As far as imaging reports, I wouldn't expect this symptom to be listed. Reports are about physical findings that cause compression, and likely don't describe what happens if you move in a particular way. That is the job of the doctor to correlate your symptoms with the physical findings in the imaging.

I understand the anxiety. I went through it too, and when you don't know what the problem is and how it can be fixed, you start imagining that you'll be stuck like this forever. Just take it one day at a time. It helped me to write down my symptoms and how they changed over time. Even though I was scared, I had to advocate for myself going toward surgery. I had 5 surgeons refuse to help me over 2 years time as I was getting worse. I finally came to Mayo and got help there that changed my life. The other surgeons missed understanding the problem and my symptoms of having pain all over my body that confused them, and they didn't have confidence to do surgery. I went through 4 months of having panic attacks and I had to figure out how to deal with and deprogram that fear. That itself was life changing, and fear no longer controls me when I am faced with medical procedures.

You may be interested in this discussion about addressing fear.

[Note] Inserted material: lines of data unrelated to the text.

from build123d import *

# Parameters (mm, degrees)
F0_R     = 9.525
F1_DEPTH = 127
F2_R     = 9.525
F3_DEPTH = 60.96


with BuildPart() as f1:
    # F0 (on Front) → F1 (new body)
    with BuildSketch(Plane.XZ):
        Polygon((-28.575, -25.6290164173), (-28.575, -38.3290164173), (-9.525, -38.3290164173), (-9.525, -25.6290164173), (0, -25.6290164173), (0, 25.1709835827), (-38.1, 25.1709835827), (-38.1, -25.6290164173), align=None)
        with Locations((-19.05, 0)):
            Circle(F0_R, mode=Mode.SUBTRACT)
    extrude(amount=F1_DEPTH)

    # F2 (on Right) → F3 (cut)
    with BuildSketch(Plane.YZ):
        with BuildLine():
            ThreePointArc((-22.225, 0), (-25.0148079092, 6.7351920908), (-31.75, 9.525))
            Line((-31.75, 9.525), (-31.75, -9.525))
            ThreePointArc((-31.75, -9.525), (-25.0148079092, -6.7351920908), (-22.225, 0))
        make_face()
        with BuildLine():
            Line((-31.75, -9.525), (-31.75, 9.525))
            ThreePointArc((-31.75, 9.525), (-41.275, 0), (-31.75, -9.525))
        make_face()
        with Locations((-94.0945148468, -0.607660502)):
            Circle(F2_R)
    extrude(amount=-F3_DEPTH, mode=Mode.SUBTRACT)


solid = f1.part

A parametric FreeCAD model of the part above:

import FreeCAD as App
import Part
import Sketcher

V = App.Vector
Q = App.Units.Quantity

doc = App.newDocument("Part")
params = doc.addObject("Spreadsheet::Sheet", "Params")
for row, (alias, value) in enumerate([
    ("sketch1_diameter", "0.75 in"),
    ("sketch1_height", "2 in"),
    ("sketch1_width", "1.5 in"),
    ("sketch1_height2", "0.5 in"),
    ("sketch1_width2", "0.75 in"),
    ("pad1_length", "5 in"),
    ("sketch2_diameter", "0.75 in"),
    ("pocket1_length", "2.4 in"),
], start=1):
    params.set(f"A{row}", alias)
    params.set(f"B{row}", "=" + value)
    params.setAlias(f"B{row}", alias)

body = doc.addObject("PartDesign::Body", "Body")

sketch1 = body.newObject("Sketcher::SketchObject", "Sketch")
sketch1.AttachmentSupport = (doc.getObject("XZ_Plane"), [""])
sketch1.MapMode = "FlatFace"
sketch1.addGeometry(Part.LineSegment(V(-29, -26, 0), V(-29, -38, 0)), False)
sketch1.addGeometry(Part.LineSegment(V(-29, -38, 0), V(-10, -38, 0)), False)
sketch1.addGeometry(Part.LineSegment(V(-10, -38, 0), V(-10, -26, 0)), False)
sketch1.addGeometry(Part.LineSegment(V(-10, -26, 0), V(0, -26, 0)), False)
sketch1.addGeometry(Part.LineSegment(V(0, -26, 0), V(0, 25, 0)), False)
sketch1.addGeometry(Part.LineSegment(V(0, 25, 0), V(-38, 25, 0)), False)
sketch1.addGeometry(Part.LineSegment(V(-38, 25, 0), V(-38, -26, 0)), False)
sketch1.addGeometry(Part.LineSegment(V(-38, -26, 0), V(-29, -26, 0)), False)
sketch1.addGeometry(Part.Circle(V(-19, 0, 0), V(0, 0, 1), 10), False)
sketch1.addConstraint(Sketcher.Constraint("Coincident", 0, 2, 1, 1))
sketch1.addConstraint(Sketcher.Constraint("Coincident", 1, 2, 2, 1))
sketch1.addConstraint(Sketcher.Constraint("Coincident", 2, 2, 3, 1))
sketch1.addConstraint(Sketcher.Constraint("Coincident", 3, 2, 4, 1))
sketch1.addConstraint(Sketcher.Constraint("Coincident", 4, 2, 5, 1))
sketch1.addConstraint(Sketcher.Constraint("Coincident", 5, 2, 6, 1))
sketch1.addConstraint(Sketcher.Constraint("Coincident", 6, 2, 7, 1))
sketch1.addConstraint(Sketcher.Constraint("Coincident", 7, 2, 0, 1))
sketch1.addConstraint(Sketcher.Constraint("Vertical", 0))
sketch1.addConstraint(Sketcher.Constraint("Horizontal", 1))
sketch1.addConstraint(Sketcher.Constraint("Vertical", 2))
sketch1.addConstraint(Sketcher.Constraint("Horizontal", 3))
sketch1.addConstraint(Sketcher.Constraint("Vertical", 4))
sketch1.addConstraint(Sketcher.Constraint("Horizontal", 5))
sketch1.addConstraint(Sketcher.Constraint("Vertical", 6))
sketch1.addConstraint(Sketcher.Constraint("Horizontal", 7))
sketch1.addConstraint(Sketcher.Constraint("PointOnObject", 8, 3, -1))
sketch1.addConstraint(Sketcher.Constraint("PointOnObject", 3, 2, -2))
sketch1.addConstraint(Sketcher.Constraint("Horizontal", 3, 2, 6, 2))
sketch1.addConstraint(Sketcher.Constraint("Equal", 3, 7))
sketch1.addConstraint(Sketcher.Constraint("Diameter", 8, Q("0.75 in")))
sketch1.addConstraint(Sketcher.Constraint("DistanceY", 4, 1, 4, 2, Q("2 in")))
sketch1.addConstraint(Sketcher.Constraint("DistanceX", 5, 2, 5, 1, Q("1.5 in")))
sketch1.addConstraint(Sketcher.Constraint("DistanceY", 0, 2, 0, 1, Q("0.5 in")))
sketch1.addConstraint(Sketcher.Constraint("DistanceX", 1, 1, 1, 2, Q("0.75 in")))
sketch1.addConstraint(Sketcher.Constraint("DistanceX", 8, 3, -1, 1, Q("0.75 in")))
sketch1.addConstraint(Sketcher.Constraint("DistanceY", 0, 2, -1, 1, 38.329016))
sketch1.setExpression("Constraints[20]", "Params.sketch1_diameter")
sketch1.setExpression("Constraints[21]", "Params.sketch1_height")
sketch1.setExpression("Constraints[22]", "Params.sketch1_width")
sketch1.setExpression("Constraints[23]", "Params.sketch1_height2")
sketch1.setExpression("Constraints[24]", "Params.sketch1_width2")
pad1 = body.newObject("PartDesign::Pad", "Pad")
pad1.Profile = sketch1
pad1.setExpression("Length", "Params.pad1_length")

sketch2 = body.newObject("Sketcher::SketchObject", "Sketch001")
sketch2.AttachmentSupport = (doc.getObject("YZ_Plane"), [""])
sketch2.MapMode = "FlatFace"
sketch2.addGeometry(Part.Circle(V(-32, 0, 0), V(0, 0, 1), 10), False)
sketch2.addGeometry(Part.Circle(V(-94, -1, 0), V(0, 0, 1), 10), False)
sketch2.addConstraint(Sketcher.Constraint("Equal", 0, 1))
sketch2.addConstraint(Sketcher.Constraint("PointOnObject", 0, 3, -1))
sketch2.addConstraint(Sketcher.Constraint("Diameter", 0, Q("0.75 in")))
sketch2.addConstraint(Sketcher.Constraint("DistanceX", 0, 3, -1, 1, Q("1.25 in")))
sketch2.addConstraint(Sketcher.Constraint("DistanceY", 1, 3, -1, 1, 0.607661))
sketch2.addConstraint(Sketcher.Constraint("DistanceX", 1, 3, -1, 1, 94.094515))
sketch2.setExpression("Constraints[2]", "Params.sketch2_diameter")
pocket1 = body.newObject("PartDesign::Pocket", "Pocket")
pocket1.Profile = sketch2
pocket1.setExpression("Length", "Params.pocket1_length")

doc.recompute()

Just Want to Talk - "How can I defeat my anxiety about medical tests and surgery?"
https://connect.mayoclinic.org/discussion/how-can-i-defeat-my-anxiety-about-medical-tests-and-surgery/
For me, the moments before a surgeon walks into the room to talk to me were some of the most intense moments because I didn't know what to expect, but this would be someone who most likely would propose surgery that scared me.

Do you have a routine to help yourself get through fearful situations?